I would recommend running the transducer 3/4 the thickness of the transducer “block” BELOW the boat. I run both Lowrance HDS GEN 3 with LSS2 Structure scan with separate 2D CHIRP Sonar and this Garmin.

First thing, make sure you are getting the correct power to the unit per manufacturer’s specifications. The transducer has to be getting clean clear water passing over it with no cavitation. If not you will loose bottom. The thing I noticed about the Garmin was you need to set it LOWER than what Garmin says or what you have done on other brands. Once you do this, you will not loose bottom at speed. I can run top speed (42/43 SOG) and maintain bottom and mark fish on Erie well into the upper 30’s. I did have issues maintaining bottom at Lake Ontario in over 220’ of water out to 450’ so I ran slower. The fourth picture shows me holding up a gold straight edge against the bottom of the hull to show how far down it is. I do not get very much rooster tail at all. I traditionally angle the rear (edge farthest from boats transom) just a little downward so that I can run on plane and mark fish better. When I slow down, hooks will appear thicker on the screen’s left side and lighter on the right side because of this (see attached last image). I prefer this because it is more important to find the fish at speed then to have a perfect arch. Meerkat has a nice illustration thread I will steal for representing this. I use the orange “OK” position on mine. This is personal preference.

Hopefully this helps!


----------



## s.a.m (Feb 22, 2016)

I can't see image/pics, can see drawings


----------



## joekacz (Sep 11, 2013)

Brahmabull71 said:


> After several PM’s the past few months, I thought it might be helpful to show everyone a couple pictures of how my Transducer is set up on my Deep “V” Tracker Targa. This install was setup by my good friend Dennis at Boat Things and tweaked by me.
> 
> I would recommend running the transducer 3/4 the thickness of the transducer “block” BELOW the boat. I run both Lowrance HDS GEN 3 with LSS2 Structure scan with separate 2D CHIRP Sonar and this Garmin. Make sure you are getting the correct power to the unit per manufacturer’s specifications. The transducer has to be getting clean clear water passing over it with no cavitation. If not you will loose bottom. The thing I noticed about the Garmin was you need to set it LOWER than what Garmin says or what you have done on other brands. Once you do this, you will not loose bottom at speed. I can run top speed (42/43 SOG) and maintain bottom and mark fish on Erie well into the upper 30’s. The third picture shows me holding up a straight edge against the bottom of the hull to show how far down it is. I do not get very much rooster tail at all. I traditionally angle the rear (edge farthest from boats transom) just a little downward so that I can run on plane and mark fish better. When I slow down, hooks will appear thicker on the screen left side and lighter on the right side because of this (see attached last image). I prefer this because it is more important to find the fish at speed then to have a perfect arch. Meerkat has a nice illustration thread I will steal for representing this. I use the orange “OK” position on mine. This is personal preference.
> 
> ...


Thanks Josh.That's exactly what I did on my H'bird with great results._ Also could not open your pic's._


----------



## Brahmabull71 (Jul 30, 2014)

There should be 4 boat pics of unit placement. 

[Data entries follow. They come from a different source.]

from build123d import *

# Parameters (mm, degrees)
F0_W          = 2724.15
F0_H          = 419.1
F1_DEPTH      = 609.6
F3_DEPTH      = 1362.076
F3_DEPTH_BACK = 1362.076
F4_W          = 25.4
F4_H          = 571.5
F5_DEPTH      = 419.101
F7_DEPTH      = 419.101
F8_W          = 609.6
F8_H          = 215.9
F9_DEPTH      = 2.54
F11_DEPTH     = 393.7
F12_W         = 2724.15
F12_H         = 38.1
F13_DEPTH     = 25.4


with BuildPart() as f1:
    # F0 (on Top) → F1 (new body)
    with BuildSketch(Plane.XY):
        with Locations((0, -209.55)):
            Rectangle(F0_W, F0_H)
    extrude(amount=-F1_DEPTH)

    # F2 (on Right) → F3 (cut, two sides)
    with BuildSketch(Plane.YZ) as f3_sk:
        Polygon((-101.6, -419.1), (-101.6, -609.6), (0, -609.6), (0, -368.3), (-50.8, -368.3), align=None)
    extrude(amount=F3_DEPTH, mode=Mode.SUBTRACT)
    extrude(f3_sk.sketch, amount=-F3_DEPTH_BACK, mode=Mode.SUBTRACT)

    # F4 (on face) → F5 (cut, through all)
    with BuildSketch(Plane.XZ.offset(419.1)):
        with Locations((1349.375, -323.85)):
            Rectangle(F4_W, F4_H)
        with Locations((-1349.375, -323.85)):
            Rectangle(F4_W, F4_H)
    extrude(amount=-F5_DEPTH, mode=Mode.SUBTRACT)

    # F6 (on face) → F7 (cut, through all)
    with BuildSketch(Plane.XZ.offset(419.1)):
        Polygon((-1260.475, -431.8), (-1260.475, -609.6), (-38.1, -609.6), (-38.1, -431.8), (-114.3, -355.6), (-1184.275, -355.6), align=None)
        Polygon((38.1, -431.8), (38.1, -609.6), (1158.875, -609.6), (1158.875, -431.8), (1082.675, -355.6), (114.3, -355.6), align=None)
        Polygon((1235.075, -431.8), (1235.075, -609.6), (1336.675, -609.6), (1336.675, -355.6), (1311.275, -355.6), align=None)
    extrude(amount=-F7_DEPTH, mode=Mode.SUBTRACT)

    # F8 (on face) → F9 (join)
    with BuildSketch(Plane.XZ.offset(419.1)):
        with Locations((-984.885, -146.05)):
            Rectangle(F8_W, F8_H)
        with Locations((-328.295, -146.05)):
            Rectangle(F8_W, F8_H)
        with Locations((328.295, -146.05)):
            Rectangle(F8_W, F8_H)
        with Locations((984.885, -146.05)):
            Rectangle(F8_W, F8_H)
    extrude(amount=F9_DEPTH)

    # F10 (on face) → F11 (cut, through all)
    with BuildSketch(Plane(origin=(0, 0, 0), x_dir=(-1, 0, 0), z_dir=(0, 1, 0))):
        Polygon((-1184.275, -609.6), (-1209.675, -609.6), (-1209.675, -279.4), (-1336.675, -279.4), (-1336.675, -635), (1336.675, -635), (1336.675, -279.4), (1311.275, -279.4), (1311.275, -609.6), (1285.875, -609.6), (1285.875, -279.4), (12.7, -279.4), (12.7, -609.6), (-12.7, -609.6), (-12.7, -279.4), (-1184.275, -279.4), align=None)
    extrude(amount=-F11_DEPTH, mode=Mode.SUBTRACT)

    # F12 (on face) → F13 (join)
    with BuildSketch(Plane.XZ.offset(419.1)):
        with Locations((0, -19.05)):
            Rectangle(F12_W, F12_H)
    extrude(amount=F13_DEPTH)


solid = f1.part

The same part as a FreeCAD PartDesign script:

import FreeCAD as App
import Part
import Sketcher
Q = App.Units.Quantity

doc = App.newDocument("Part")
body = doc.addObject("PartDesign::Body", "Body")

# Sketch on XY plane
sketch1 = body.newObject("Sketcher::SketchObject", "Sketch")
sketch1.AttachmentSupport = (doc.getObject("XY_Plane"), [""])
sketch1.MapMode = "FlatFace"
sketch1.addGeometry(Part.LineSegment(App.Vector(-1362, 0, 0), App.Vector(-1362, -419, 0)), False)
sketch1.addGeometry(Part.LineSegment(App.Vector(-1362, -419, 0), App.Vector(1362, -419, 0)), False)
sketch1.addGeometry(Part.LineSegment(App.Vector(1362, -419, 0), App.Vector(1362, 0, 0)), False)
sketch1.addGeometry(Part.LineSegment(App.Vector(1362, 0, 0), App.Vector(-1362, 0, 0)), False)
sketch1.addConstraint(Sketcher.Constraint("Coincident", 0, 2, 1, 1))
sketch1.addConstraint(Sketcher.Constraint("Coincident", 1, 2, 2, 1))
sketch1.addConstraint(Sketcher.Constraint("Coincident", 2, 2, 3, 1))
sketch1.addConstraint(Sketcher.Constraint("Coincident", 3, 2, 0, 1))
sketch1.addConstraint(Sketcher.Constraint("Vertical", 0))
sketch1.addConstraint(Sketcher.Constraint("Horizontal", 1))
sketch1.addConstraint(Sketcher.Constraint("Vertical", 2))
sketch1.addConstraint(Sketcher.Constraint("Horizontal", 3))
sketch1.addConstraint(Sketcher.Constraint("Symmetric", 2, 2, 3, 2, -1, 1))
sketch1.addConstraint(Sketcher.Constraint("DistanceY", 0, 2, 0, 1, Q("16.5 in")))
sketch1.addConstraint(Sketcher.Constraint("DistanceX", 1, 1, 1, 2, Q("107.25 in")))
pad1 = body.newObject("PartDesign::Pad", "Pad")
pad1.Profile = sketch1
pad1.Length = Q("24 in")
pad1.Reversed = True

# Sketch on YZ plane
sketch2 = body.newObject("Sketcher::SketchObject", "Sketch001")
sketch2.AttachmentSupport = (doc.getObject("YZ_Plane"), [""])
sketch2.MapMode = "FlatFace"
sketch2.addGeometry(Part.LineSegment(App.Vector(-102, -419, 0), App.Vector(-102, -610, 0)), False)
sketch2.addGeometry(Part.LineSegment(App.Vector(-102, -610, 0), App.Vector(0, -610, 0)), False)
sketch2.addGeometry(Part.LineSegment(App.Vector(0, -610, 0), App.Vector(0, -368, 0)), False)
sketch2.addGeometry(Part.LineSegment(App.Vector(0, -368, 0), App.Vector(-51, -368, 0)), False)
sketch2.addGeometry(Part.LineSegment(App.Vector(-51, -368, 0), App.Vector(-102, -419, 0)), False)
sketch2.addConstraint(Sketcher.Constraint("Coincident", 0, 2, 1, 1))
sketch2.addConstraint(Sketcher.Constraint("Coincident", 1, 2, 2, 1))
sketch2.addConstraint(Sketcher.Constraint("Coincident", 2, 2, 3, 1))
sketch2.addConstraint(Sketcher.Constraint("Coincident", 3, 2, 4, 1))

Can you guys see them? I see them on my phone.


----------



## 0utwest (Mar 21, 2017)

Yes I see pics and thanks for all your help and advice !


----------



## joekacz (Sep 11, 2013)

See them now.


----------



## fishkiller (Feb 6, 2007)

Josh helped me a lot when setting up my transducer, set it up the way I did other units and would lose bottom. Once he told & showed how his was set up everything worked fine, again thanks for the help.


----------



## Meerkat (Aug 10, 2008)

Nice post Josh! Explains it well. I also angle the back end of the transducer (furthest from boat) down about 3 or 4 degrees. 


Sent from my iPhone using Tapatalk


----------



## Ohio Snake (Oct 1, 2018)

Great post... Now I'll need to go check my mounting. 

Do you have any pics of what the fish look like at speed. At around 20mph, can you get a small Arch, or is it a small blob?


----------



## Brahmabull71 (Jul 30, 2014)

Ohio Snake said:


> Great post... Now I'll need to go check my mounting.
> 
> Do you have any pics of what the fish look like at speed. At around 20mph, can you get a small Arch, or is it a small blob?


I do not, but at that speed or much over 8-10 SOG it goes to specs / blobs on most all units. It is the capability of the transducer to send and receive information fast enough for the unit to process.

I will say, at Lake Erie it’s easier because the more red or more “vertical” the spec / blob is, the larger and harder the return of the swim blatter. I typically drop a weigh point at speed, continue past fish until I’m no longer marking, then turn around and go back CLOSE to the school of fish. Depending on where they are in the water column, I don’t want to pass back over them and spook them until I have lines in the water. You can try figure 8’s or try looking for contour, structure or bait in the area. There is a reason those fish are there most times. My thinking is no different for open water crappie.


----------